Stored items
* * * * *

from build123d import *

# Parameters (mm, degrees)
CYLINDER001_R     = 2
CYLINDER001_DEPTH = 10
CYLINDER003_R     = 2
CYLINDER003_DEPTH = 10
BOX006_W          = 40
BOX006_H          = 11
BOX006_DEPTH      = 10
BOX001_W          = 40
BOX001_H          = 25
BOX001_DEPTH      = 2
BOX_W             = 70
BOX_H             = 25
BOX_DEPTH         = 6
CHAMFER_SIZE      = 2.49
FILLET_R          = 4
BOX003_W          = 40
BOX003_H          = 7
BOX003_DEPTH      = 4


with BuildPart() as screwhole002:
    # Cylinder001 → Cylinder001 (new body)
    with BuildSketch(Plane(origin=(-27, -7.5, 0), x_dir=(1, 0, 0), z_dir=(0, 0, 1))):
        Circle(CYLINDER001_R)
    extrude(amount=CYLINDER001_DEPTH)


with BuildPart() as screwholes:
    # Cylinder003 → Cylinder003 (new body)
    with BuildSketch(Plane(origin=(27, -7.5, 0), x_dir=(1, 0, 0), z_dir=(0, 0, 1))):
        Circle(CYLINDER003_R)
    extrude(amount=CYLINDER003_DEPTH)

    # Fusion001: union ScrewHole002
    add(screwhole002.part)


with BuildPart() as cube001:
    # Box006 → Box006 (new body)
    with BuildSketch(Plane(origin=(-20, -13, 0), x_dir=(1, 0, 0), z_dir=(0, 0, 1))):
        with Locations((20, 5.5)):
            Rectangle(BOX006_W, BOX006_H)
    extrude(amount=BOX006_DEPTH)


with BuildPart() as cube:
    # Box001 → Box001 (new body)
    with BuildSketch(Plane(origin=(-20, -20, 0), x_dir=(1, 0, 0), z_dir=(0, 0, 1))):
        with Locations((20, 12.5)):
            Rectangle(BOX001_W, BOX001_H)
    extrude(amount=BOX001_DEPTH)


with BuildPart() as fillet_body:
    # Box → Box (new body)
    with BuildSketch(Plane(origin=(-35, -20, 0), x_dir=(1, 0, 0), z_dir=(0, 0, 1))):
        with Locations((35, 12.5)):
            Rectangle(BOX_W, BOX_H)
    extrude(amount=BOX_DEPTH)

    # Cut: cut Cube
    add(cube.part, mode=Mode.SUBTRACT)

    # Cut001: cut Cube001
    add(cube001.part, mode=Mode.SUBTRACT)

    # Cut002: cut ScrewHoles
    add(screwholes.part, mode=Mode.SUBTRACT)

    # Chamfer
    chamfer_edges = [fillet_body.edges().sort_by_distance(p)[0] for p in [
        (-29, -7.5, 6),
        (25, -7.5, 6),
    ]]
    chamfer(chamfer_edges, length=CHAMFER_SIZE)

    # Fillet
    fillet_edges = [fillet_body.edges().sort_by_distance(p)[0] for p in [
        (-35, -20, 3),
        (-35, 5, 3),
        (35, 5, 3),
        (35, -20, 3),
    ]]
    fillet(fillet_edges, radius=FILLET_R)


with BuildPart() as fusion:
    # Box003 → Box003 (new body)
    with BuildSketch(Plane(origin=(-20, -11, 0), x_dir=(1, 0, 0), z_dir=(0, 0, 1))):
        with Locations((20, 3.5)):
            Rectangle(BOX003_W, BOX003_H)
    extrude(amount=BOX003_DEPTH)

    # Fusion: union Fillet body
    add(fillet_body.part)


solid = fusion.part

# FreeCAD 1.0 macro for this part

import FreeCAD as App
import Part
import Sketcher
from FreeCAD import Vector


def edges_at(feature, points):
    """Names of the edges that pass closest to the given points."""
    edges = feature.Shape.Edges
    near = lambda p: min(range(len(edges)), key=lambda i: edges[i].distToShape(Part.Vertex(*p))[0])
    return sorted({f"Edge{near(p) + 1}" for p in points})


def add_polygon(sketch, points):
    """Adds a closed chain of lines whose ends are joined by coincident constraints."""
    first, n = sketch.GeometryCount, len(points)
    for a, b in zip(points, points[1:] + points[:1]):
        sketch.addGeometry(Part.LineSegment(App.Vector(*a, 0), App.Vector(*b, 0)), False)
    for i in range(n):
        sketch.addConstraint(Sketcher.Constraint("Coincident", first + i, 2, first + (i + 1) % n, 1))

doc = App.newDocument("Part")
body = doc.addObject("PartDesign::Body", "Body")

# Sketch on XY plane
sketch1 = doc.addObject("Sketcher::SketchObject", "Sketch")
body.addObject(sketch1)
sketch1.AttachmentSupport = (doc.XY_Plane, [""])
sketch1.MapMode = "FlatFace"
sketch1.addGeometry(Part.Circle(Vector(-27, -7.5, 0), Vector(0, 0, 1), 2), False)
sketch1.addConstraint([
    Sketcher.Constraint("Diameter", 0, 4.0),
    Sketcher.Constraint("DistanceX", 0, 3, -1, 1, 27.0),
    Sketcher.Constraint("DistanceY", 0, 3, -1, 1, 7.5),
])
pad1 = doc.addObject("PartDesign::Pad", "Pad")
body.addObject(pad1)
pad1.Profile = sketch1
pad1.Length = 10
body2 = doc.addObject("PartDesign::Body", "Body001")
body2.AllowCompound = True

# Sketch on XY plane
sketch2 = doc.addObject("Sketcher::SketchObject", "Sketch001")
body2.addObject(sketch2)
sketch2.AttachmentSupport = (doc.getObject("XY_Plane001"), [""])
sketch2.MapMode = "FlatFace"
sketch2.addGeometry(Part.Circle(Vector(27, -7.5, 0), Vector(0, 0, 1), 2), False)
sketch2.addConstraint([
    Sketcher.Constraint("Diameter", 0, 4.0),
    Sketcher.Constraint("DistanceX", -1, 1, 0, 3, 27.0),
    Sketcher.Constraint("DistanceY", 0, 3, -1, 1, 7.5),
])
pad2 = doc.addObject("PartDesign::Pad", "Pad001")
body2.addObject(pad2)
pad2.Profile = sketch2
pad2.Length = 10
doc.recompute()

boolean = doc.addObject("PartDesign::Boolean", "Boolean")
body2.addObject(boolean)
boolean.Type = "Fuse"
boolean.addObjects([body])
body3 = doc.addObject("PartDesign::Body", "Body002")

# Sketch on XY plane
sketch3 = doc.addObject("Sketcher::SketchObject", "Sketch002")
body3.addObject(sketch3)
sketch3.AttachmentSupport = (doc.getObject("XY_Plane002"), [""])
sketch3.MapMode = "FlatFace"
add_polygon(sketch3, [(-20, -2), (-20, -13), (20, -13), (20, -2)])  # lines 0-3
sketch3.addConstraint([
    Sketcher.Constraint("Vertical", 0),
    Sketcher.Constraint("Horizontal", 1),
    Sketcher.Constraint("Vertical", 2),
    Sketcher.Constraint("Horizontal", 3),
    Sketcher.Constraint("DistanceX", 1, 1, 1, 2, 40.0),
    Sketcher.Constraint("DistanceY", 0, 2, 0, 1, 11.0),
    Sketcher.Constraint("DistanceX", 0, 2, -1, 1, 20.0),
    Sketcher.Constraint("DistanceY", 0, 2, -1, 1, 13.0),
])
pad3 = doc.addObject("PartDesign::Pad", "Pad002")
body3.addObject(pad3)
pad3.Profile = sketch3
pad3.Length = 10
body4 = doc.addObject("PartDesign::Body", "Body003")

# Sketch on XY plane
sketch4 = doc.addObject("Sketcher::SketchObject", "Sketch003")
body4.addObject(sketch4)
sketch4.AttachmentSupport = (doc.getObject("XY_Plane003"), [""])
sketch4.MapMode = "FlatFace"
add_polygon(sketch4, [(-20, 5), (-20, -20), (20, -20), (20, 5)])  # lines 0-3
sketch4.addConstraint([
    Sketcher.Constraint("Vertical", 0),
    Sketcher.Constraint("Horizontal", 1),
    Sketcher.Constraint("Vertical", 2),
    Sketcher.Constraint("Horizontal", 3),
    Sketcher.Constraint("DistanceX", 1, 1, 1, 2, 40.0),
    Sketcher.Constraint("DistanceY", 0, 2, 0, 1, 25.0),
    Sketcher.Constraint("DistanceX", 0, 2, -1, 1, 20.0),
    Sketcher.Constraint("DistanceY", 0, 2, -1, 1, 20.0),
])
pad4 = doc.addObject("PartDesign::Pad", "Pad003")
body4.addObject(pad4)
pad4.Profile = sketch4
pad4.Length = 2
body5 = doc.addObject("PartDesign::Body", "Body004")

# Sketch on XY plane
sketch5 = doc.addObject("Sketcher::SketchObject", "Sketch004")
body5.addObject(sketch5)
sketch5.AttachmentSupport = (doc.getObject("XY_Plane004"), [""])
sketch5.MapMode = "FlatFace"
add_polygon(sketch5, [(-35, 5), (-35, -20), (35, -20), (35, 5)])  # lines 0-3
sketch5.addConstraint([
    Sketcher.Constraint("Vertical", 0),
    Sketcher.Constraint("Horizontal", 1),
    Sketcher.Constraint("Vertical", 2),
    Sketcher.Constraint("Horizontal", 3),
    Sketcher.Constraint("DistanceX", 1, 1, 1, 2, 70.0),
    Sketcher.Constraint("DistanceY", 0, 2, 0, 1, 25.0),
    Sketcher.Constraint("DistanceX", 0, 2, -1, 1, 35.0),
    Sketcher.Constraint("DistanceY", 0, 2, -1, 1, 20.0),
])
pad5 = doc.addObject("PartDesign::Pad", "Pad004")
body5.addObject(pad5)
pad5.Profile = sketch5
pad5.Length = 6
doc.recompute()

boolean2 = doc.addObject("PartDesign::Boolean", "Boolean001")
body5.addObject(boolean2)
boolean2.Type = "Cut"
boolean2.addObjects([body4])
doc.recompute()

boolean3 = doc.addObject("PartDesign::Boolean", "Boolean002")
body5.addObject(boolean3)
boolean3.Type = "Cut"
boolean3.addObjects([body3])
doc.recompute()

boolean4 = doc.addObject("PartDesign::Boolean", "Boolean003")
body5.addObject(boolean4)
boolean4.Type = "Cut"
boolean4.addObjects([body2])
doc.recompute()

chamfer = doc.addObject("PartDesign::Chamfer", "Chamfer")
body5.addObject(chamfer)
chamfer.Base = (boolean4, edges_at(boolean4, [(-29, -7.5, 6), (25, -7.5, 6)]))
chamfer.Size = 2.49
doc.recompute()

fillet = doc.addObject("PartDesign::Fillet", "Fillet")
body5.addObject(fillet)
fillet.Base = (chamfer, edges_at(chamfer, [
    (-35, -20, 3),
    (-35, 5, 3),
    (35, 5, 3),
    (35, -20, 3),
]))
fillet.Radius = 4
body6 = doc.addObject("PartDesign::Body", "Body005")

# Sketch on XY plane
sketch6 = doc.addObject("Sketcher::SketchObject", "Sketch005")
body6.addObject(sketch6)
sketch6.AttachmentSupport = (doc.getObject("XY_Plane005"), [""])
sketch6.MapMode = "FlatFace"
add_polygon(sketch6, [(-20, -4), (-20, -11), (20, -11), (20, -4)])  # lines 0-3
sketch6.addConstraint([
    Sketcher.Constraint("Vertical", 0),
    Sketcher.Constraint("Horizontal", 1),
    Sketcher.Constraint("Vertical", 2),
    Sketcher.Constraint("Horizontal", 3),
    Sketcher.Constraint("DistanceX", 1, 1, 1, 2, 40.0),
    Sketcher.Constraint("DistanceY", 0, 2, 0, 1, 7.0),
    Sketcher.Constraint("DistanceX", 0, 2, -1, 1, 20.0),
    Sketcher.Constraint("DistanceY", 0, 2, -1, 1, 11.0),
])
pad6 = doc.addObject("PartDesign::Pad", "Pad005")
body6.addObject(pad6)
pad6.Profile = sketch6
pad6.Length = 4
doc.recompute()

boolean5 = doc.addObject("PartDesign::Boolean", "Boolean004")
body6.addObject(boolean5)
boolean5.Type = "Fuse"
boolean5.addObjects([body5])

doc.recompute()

* * * * *

Above are the entries. Copy exactly the part that opens with the line containing "add(fillet_body.part)" and closes with the line containing "# FreeCAD 1.0 macro for this part", and no more.

» Completed task
    add(fillet_body.part)


solid = fusion.part

# FreeCAD 1.0 macro for this part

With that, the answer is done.